Ruth - I replied to your comment on that older post on the post (just in case you haven't gone back to have a look.)

Ruth Livingstone said...

Saw your older comment, thank you, Conrad. Re bike locks: I have a big, heavy D lock for my electric Scooty bike, but even those can get hacked through in Manchester, so I don’t ride the bike locally if I know I will have to leave it outside. Even in Scotland, I tend to hide it out of sight of the main road if I can.

Paul Hills said...

Nice pics Conrad. That orange flower is Devil's Paintbrush. I didn't know that, but my PlantSnap app did 😉.

I've got a big D-lock for my bike too, and a motorbike chain to go with it, but Ruth's right - in Manchester that'd delay them no more than 20 seconds or so.

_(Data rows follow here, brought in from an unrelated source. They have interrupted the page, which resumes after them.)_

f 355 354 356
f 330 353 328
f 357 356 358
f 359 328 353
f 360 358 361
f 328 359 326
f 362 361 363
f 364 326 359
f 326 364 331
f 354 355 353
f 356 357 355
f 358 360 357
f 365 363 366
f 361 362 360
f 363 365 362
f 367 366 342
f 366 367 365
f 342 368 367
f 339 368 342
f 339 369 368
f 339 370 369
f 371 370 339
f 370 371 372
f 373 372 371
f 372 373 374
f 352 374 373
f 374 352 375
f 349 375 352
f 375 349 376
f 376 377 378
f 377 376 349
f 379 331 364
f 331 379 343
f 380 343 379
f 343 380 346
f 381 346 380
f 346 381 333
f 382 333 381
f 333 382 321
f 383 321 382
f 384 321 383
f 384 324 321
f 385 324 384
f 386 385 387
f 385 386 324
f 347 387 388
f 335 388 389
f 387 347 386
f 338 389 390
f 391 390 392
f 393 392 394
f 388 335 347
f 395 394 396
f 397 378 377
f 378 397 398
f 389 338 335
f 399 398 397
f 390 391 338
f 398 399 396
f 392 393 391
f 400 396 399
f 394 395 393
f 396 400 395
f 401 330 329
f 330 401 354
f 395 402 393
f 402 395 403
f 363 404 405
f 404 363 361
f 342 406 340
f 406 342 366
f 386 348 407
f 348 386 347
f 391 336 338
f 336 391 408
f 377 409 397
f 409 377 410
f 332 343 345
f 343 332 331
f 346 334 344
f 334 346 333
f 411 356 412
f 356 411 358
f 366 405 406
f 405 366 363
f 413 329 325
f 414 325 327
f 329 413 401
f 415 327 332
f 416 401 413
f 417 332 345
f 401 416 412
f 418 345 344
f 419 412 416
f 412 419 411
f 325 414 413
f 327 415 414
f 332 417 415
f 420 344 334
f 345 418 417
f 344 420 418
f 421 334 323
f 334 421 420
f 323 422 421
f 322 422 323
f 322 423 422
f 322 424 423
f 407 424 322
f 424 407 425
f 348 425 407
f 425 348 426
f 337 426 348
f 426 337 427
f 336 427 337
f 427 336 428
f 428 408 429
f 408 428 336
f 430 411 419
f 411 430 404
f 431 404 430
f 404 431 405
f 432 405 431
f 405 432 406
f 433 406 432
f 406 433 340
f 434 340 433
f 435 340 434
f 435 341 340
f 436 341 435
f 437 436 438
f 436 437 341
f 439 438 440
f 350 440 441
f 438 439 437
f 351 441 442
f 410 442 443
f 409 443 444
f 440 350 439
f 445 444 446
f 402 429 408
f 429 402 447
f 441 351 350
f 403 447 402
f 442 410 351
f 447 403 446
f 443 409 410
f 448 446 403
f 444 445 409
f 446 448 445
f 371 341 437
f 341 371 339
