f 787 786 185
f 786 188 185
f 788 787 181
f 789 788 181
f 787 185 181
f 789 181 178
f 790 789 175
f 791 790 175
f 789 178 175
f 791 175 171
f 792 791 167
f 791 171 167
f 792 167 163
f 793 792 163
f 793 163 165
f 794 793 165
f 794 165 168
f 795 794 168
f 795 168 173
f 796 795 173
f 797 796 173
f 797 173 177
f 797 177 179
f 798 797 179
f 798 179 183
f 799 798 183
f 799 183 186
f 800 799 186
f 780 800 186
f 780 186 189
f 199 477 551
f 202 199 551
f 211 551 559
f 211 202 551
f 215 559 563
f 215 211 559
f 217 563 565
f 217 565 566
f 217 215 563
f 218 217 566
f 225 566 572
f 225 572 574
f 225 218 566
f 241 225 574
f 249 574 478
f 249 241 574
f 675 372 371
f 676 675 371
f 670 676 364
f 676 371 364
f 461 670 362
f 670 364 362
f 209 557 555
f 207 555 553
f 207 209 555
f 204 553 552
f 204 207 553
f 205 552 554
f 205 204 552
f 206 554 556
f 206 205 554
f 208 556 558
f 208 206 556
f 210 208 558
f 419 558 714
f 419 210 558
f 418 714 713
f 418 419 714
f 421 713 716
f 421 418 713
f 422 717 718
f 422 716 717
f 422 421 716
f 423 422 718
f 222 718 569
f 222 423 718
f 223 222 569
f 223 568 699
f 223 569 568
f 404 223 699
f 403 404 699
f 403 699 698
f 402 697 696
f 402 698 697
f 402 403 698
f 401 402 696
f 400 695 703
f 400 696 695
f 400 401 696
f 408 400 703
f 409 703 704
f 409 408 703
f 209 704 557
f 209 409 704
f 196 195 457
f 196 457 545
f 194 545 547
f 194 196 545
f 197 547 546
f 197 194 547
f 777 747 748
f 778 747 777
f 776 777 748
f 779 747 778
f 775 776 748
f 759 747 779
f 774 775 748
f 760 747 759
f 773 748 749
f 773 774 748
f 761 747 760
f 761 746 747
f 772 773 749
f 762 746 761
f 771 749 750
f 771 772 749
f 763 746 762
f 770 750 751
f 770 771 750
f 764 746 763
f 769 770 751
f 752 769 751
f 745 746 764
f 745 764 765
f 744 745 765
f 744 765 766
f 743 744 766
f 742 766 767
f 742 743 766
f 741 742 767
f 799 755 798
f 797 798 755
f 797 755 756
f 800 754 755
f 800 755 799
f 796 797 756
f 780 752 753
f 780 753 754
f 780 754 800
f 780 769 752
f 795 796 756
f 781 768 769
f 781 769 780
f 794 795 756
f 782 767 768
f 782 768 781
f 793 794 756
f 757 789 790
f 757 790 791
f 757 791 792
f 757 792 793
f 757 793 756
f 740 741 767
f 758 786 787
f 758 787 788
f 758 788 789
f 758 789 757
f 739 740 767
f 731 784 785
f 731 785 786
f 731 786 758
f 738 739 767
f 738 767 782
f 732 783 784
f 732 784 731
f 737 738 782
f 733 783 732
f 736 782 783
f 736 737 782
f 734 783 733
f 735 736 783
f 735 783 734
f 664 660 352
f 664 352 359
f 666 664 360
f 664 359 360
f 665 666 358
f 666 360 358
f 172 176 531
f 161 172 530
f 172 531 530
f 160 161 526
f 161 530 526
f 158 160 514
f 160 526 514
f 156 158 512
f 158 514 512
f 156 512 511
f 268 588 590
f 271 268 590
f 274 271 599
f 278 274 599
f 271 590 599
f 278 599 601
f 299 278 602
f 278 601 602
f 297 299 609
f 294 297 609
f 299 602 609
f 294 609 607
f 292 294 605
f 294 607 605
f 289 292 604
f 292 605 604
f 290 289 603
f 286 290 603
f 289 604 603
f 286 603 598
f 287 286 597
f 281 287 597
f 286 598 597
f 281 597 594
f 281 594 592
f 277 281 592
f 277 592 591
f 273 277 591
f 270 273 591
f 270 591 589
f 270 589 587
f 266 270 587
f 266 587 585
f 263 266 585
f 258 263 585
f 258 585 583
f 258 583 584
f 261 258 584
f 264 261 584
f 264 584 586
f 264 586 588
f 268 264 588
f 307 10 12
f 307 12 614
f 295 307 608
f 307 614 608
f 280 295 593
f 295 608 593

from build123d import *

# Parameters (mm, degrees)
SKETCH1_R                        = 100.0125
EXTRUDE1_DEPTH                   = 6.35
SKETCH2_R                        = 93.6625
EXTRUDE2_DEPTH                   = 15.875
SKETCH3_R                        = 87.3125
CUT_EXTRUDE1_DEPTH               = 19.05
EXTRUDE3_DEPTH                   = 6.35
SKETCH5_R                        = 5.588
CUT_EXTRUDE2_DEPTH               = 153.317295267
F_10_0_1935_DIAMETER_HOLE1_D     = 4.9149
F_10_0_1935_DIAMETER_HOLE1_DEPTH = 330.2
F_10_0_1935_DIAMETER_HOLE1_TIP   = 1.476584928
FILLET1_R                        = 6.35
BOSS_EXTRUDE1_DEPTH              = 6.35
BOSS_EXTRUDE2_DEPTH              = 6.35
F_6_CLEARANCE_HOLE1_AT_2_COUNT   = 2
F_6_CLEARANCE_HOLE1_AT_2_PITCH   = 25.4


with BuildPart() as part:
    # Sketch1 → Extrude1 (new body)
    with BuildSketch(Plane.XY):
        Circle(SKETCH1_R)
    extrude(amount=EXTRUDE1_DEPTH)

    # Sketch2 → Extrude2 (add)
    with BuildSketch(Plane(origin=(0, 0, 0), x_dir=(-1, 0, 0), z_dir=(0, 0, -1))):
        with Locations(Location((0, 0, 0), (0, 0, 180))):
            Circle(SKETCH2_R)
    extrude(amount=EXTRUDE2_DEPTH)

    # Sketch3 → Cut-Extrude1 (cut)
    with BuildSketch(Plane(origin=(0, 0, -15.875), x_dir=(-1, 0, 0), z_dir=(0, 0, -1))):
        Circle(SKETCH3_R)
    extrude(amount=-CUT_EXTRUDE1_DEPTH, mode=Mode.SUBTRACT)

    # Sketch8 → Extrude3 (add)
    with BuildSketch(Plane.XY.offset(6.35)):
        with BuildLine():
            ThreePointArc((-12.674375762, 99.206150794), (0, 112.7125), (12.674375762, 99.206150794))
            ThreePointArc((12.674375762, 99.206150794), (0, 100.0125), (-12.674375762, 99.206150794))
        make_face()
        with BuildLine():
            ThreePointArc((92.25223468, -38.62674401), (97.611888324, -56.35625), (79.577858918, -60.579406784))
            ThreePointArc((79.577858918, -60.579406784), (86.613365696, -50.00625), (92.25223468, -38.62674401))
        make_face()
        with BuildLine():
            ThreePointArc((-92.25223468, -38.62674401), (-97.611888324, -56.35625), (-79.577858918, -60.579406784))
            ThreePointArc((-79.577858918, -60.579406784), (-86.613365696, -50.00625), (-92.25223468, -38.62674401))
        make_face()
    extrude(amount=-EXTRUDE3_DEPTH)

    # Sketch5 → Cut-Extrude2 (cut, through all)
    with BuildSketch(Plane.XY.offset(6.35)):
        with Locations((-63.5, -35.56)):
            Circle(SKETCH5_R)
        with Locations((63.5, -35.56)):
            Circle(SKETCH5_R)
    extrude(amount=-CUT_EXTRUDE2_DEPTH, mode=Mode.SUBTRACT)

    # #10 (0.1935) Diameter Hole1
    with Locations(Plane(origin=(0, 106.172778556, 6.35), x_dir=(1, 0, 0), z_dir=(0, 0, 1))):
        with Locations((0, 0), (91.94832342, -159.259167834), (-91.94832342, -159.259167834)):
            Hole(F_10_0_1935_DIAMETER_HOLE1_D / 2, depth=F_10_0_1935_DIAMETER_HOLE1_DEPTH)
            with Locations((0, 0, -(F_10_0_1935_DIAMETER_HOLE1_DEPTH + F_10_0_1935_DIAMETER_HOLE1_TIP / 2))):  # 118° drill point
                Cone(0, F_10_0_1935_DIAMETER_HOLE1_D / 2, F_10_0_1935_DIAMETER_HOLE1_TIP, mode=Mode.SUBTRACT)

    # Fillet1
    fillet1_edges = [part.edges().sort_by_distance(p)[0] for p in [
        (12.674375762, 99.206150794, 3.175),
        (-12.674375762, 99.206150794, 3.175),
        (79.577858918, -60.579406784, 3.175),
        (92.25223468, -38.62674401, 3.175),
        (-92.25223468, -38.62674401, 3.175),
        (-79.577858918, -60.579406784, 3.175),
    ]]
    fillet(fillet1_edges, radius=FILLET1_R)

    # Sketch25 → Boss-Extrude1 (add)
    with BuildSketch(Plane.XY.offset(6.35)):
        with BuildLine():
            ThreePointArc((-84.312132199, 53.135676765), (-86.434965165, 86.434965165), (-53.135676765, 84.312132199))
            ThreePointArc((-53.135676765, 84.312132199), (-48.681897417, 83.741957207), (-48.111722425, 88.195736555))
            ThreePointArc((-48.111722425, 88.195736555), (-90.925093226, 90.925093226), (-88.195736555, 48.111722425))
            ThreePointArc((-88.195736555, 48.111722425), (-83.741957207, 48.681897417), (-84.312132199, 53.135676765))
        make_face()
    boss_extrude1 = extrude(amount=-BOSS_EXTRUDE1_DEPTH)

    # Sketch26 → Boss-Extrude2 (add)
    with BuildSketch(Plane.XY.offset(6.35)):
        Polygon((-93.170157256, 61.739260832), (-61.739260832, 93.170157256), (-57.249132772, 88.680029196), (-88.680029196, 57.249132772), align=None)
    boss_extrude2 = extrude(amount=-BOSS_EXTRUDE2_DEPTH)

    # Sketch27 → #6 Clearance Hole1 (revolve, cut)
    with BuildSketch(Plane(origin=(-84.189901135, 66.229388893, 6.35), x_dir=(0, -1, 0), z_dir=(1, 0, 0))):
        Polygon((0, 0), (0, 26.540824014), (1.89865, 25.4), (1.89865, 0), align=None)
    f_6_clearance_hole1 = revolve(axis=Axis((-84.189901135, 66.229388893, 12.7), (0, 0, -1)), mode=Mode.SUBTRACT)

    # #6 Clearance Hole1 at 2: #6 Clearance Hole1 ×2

It's survived without getting nicked in Heysham, Silverdale, Grange-over-Sands, and Ulverston Canal Foot so far, but its next stop will be Barrow-In-Furness which might be a bigger challenge for it 😂

Sir Hugh said...

Paul H. - Thanks. I know that flower as Fox and Cubs but it is the same as your Devil's Paintbrush - Latin name: Pilosella aurantiaca.
I get the odd one growing in my front lawn and whilst many regard them as weeds I mow round them - the colour is stunning.

Gayle said...

"The extra 0.5km was worthwhile due to a handsome cow". I've paraphrased slightly, but it struck me as the sort of statement that one doesn't hear very often!

Sir Hugh said...

Gayle - Well I try - it's better than "It was a nice day" (I think.)